Vicini e Lontani

Ieri non stavo proprio bene, insomma, non che fossi prossimo alle mie ultime ore, ma per una cosa o per l’altra me ne sono dovuto stare asserragliato in casa tutto il giorno.
Capirete che un nomade come me patisce parecchio a starsene chiuso senza la possibilità, anche solo per svagarsi un attimo, di farsi due passi in santa pace. E’ per questo che ho messo la sveglia presto questa mattina, nella speranza di stare meglio, e , notato un miglioramento, sono uscito per fare una passeggiata che adoro. Ho già parlato della fortezza  nei pressi della mia dimora, ma non mi stanco mai di percorrerla , soprattutto la mattina presto che è deserta.
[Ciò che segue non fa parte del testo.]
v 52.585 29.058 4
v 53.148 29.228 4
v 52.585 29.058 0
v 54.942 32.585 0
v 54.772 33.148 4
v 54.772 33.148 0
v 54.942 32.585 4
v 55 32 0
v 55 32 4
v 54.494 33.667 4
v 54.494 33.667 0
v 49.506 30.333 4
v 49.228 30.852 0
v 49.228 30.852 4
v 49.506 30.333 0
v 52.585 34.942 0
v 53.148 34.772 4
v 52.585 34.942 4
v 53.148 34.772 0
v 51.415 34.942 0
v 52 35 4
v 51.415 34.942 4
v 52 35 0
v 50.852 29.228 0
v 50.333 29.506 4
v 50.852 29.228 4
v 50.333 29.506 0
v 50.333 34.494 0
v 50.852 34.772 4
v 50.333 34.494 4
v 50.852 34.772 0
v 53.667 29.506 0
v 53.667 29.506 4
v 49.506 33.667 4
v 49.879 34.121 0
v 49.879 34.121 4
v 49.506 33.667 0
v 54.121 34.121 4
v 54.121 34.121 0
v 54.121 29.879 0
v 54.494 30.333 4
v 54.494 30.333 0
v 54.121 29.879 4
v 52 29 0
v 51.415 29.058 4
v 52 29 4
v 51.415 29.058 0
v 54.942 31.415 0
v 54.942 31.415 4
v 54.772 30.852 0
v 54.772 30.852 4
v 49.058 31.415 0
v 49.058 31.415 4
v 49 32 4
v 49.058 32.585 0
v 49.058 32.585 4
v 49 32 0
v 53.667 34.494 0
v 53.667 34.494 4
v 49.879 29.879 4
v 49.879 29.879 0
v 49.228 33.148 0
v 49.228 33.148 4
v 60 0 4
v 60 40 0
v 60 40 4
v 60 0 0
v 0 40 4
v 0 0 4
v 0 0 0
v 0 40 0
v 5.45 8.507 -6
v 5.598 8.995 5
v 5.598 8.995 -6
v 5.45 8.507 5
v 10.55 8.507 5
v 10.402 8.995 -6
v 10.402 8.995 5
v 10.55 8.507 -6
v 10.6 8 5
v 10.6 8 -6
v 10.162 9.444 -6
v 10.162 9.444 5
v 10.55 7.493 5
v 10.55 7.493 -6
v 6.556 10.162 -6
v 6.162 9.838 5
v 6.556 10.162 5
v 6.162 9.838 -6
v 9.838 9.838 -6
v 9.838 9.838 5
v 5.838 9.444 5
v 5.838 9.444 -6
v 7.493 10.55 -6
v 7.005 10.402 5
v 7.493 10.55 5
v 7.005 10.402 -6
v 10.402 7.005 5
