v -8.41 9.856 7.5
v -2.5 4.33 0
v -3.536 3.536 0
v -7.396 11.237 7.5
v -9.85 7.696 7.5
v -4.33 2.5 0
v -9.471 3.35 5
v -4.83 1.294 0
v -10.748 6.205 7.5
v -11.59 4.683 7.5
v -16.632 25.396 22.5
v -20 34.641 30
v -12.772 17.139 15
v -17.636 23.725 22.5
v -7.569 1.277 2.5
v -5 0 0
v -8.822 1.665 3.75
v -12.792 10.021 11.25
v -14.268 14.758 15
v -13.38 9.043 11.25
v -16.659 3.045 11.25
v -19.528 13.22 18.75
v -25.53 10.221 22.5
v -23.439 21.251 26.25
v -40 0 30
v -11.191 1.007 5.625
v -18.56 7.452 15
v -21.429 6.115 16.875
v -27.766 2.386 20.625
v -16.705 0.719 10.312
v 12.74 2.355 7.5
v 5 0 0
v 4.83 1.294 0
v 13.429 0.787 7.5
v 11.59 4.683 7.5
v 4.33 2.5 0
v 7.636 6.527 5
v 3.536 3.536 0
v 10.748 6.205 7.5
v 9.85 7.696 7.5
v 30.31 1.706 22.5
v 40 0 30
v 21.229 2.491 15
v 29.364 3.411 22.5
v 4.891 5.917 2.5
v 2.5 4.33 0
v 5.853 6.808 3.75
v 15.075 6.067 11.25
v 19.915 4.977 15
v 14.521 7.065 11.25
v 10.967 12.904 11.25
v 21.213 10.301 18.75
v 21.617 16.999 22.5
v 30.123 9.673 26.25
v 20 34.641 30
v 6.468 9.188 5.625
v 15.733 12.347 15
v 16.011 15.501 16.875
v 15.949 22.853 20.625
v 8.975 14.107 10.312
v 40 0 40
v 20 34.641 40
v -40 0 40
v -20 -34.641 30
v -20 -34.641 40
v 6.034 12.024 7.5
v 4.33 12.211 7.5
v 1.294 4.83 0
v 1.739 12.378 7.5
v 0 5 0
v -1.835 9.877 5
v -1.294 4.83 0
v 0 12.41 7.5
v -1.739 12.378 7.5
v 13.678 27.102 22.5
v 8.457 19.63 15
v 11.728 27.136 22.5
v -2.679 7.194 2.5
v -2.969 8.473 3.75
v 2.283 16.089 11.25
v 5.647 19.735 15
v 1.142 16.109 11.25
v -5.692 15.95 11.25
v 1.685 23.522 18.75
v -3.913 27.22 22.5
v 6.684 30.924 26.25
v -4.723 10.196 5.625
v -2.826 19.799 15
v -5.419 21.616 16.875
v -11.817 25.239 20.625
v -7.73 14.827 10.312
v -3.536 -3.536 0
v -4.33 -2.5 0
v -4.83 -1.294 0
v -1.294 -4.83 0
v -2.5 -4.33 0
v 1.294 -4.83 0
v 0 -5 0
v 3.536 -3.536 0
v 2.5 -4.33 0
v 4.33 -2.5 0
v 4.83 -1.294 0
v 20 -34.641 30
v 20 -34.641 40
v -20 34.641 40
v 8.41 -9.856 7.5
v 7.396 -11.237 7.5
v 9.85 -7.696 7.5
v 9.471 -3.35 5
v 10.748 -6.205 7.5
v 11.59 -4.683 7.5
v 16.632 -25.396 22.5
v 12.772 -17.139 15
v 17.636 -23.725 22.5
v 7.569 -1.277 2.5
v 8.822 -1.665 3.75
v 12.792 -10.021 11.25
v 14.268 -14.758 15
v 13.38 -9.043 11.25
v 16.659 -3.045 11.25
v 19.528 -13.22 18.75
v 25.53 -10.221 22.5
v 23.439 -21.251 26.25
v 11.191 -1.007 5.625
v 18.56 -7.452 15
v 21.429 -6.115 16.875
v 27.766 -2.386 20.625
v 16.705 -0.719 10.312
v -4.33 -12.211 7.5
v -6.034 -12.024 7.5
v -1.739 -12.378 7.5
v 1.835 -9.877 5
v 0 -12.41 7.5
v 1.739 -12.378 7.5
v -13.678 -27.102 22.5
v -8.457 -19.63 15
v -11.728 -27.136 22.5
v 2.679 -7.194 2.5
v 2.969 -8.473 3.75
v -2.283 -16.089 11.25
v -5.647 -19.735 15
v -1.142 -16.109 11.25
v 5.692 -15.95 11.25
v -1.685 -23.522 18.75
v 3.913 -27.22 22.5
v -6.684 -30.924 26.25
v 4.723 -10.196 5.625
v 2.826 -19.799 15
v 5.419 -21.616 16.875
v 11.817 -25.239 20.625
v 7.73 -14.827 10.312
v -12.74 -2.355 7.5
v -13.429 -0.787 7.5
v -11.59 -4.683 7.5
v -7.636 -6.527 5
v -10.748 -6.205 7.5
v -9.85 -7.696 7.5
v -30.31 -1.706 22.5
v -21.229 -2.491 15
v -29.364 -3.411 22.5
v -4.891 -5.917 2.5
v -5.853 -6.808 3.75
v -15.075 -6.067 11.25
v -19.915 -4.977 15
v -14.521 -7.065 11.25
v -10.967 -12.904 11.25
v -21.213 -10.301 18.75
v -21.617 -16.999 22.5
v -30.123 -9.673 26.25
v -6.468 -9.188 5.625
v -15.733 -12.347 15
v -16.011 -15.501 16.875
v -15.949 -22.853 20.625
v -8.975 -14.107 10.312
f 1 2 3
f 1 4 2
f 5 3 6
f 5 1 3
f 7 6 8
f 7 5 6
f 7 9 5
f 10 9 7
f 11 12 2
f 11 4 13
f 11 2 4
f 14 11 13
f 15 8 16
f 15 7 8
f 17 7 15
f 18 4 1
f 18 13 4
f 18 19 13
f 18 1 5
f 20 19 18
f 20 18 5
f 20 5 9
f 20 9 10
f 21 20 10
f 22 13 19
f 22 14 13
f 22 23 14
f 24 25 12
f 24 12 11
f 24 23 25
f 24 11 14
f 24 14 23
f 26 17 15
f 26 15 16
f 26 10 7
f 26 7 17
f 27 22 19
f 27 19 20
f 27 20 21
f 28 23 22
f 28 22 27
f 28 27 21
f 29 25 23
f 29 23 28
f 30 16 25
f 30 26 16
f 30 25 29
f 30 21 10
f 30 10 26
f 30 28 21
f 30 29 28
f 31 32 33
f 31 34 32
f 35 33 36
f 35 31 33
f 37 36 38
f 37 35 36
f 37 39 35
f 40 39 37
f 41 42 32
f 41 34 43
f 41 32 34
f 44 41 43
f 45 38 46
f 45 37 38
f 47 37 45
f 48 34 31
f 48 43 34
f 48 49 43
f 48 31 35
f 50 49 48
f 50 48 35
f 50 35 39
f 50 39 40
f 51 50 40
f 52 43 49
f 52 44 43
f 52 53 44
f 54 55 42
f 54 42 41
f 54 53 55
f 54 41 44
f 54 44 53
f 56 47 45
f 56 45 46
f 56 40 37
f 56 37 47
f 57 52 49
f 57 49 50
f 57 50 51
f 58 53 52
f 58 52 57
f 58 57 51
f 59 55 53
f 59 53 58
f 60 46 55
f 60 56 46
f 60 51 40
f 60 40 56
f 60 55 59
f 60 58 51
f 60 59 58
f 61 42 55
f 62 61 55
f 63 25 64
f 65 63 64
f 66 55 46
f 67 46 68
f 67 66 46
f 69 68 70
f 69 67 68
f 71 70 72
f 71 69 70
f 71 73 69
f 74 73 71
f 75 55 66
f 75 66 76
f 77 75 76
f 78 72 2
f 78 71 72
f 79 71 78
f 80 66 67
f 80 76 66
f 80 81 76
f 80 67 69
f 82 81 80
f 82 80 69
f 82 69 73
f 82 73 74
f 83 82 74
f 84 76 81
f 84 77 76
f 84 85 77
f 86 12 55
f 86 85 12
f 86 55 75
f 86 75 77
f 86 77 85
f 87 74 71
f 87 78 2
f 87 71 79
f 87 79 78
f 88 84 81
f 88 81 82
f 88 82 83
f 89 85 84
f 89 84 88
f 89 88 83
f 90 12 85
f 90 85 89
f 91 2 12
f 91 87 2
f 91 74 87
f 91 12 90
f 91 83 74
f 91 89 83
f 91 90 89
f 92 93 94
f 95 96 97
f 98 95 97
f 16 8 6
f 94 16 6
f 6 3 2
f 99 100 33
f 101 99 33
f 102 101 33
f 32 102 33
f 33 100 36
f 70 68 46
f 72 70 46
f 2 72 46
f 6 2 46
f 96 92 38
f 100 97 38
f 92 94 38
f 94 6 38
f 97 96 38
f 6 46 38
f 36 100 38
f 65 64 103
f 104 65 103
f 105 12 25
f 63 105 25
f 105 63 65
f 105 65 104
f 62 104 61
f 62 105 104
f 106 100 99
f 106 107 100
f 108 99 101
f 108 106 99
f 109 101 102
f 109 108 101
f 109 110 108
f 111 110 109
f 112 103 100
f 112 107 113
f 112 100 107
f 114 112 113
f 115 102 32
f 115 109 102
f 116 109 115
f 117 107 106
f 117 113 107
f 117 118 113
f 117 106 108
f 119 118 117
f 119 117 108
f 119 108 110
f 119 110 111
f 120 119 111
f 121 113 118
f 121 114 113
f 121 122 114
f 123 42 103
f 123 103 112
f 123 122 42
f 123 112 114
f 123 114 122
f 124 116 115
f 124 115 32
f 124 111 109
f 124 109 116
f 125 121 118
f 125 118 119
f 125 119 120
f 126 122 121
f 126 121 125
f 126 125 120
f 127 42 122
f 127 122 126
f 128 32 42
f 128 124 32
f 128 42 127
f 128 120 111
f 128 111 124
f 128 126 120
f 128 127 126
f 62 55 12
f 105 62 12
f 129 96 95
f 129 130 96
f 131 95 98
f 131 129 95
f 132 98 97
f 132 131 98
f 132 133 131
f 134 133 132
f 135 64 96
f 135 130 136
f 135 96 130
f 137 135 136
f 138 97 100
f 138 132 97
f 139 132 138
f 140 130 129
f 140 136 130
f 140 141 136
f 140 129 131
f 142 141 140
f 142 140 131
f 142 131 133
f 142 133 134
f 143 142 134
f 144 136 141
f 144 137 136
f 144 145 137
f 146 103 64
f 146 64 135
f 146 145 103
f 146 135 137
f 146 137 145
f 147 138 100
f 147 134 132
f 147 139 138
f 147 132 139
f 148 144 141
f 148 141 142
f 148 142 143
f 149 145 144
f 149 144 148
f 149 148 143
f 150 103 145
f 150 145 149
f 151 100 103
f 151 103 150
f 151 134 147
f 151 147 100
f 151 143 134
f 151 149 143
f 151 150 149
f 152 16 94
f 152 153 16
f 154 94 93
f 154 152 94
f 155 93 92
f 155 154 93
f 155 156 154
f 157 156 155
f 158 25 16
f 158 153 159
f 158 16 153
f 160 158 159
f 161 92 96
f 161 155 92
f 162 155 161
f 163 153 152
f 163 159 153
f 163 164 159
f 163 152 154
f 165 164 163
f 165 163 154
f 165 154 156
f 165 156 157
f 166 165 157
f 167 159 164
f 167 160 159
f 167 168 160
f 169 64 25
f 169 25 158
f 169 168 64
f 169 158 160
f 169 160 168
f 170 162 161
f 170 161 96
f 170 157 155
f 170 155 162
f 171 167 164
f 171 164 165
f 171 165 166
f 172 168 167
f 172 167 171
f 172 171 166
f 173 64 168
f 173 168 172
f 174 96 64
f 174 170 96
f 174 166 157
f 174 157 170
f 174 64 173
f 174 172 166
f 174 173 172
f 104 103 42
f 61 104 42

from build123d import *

# Parameters (mm, degrees)
F1_DEPTH = 40
F3_DEPTH = 30
F5_R     = 5


with BuildPart() as f1:
    # F0 (on Top) → F1 (new body)
    with BuildSketch(Plane.XY):
        Polygon((20, -34.641016), (40, 0), (20, 34.641016), (-20, 34.641016), (-40, 0), (-20, -34.641016), align=None)
    extrude(amount=F1_DEPTH)

    # F2 (on face) → F3 (cut)
    with BuildSketch(Plane(origin=(0, 0, 0), x_dir=(1, 0, 0), z_dir=(0, 0, -1))):
        Polygon((-20, -34.641016), (20, -34.641016), (40, 0), (20, 34.641016), (-20, 34.641016), (-40, 0), align=None)
    extrude(amount=-F3_DEPTH, mode=Mode.SUBTRACT)

    # F5 (on Top) → F6 section 0
    with BuildSketch(Plane.XY):
        Circle(F5_R)
    # F4 (on face) → F6 section 1
    with BuildSketch(Plane(origin=(0, 0, 30), x_dir=(1, 0, 0), z_dir=(0, 0, -1))):
        Polygon((-40, 0), (-20, -34.641016), (20, -34.641016), (40, 0), (20, 34.641016), (-20, 34.641016), align=None)
    loft()


solid = f1.part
Al ritorno mi sono concesso una buona colazione al bar nei pressi di casa mia, un giorno, vi assicuro, scriverò un articolo su quel posto e sull’arte di fare un cappuccino decente, ma non oggi.
Vi voglio raccontare dei miei vicini di casa che, ogni volta che mi vedono non perdono occasione di dirmi la loro opinione su qualcosa che, a loro giudizio, sbaglio.
Sono brave persone, premetto: lei è un’anziana sarta, gattara sino al midollo, che sbarca il lunario facendo le pulizie, lui è un ristoratore in pensione che , ogni giorno, cura, con amore infinito, l’orticello davanti a casa sua.  Non mi stanno antipatici, affatto, anzi , come ripeto sono due persone per bene.
Chi legge molto sa che a questo punto ci vuole un “ma”.
Stamattina , infatti, mi hanno bloccato sul portone del caseggiato in cui vivo e mi hanno riferito le condizioni della mia macchina, non che non le conosca, l’ho parcheggiata sotto casa qualche mese fa, e , eccetto per tenere il motore in funzione e la batteria carica non l’ho più usata.
E’ stata una scelta, come sapranno i miei lettori, ho deciso di andare  piedi il più possibile , di camminare quanto non avevo mai camminato prima. Ma è dura farla capire a loro che, vecchi e saggi, pensano che la macchina sia un bene di prima necessità pur essendo entrambi due ciclisti metropolitani. Neppure loro la usano tanto ma il fatto che non la usi io li turba come poche altre cose al mondo.
Si preoccupano, mi chiedono come mai vado sempre a piedi, e, un giorno, mi chiederanno anche della mia situazione economica. Oggi ad esempio mi hanno informato su sfasciacarrozze e rivenditori,  poco è mancato che tirassero fuori qualche inserzione che, a loro dire, era perfetta per me. Io ci provo a spiegare che a me piace andare a piedi, che , in fondo , la città in cui vivo è così piccola che basta solo partir per tempo e si arriva ovunque in meno di mezz’ora, che semplicemente l’auto non mi serve , almeno per il momento. Ma nulla, non la vogliono capire.
Essere nomadi è già duro di se, figuriamoci se, le tribù stanziali, si mettono a menartela!!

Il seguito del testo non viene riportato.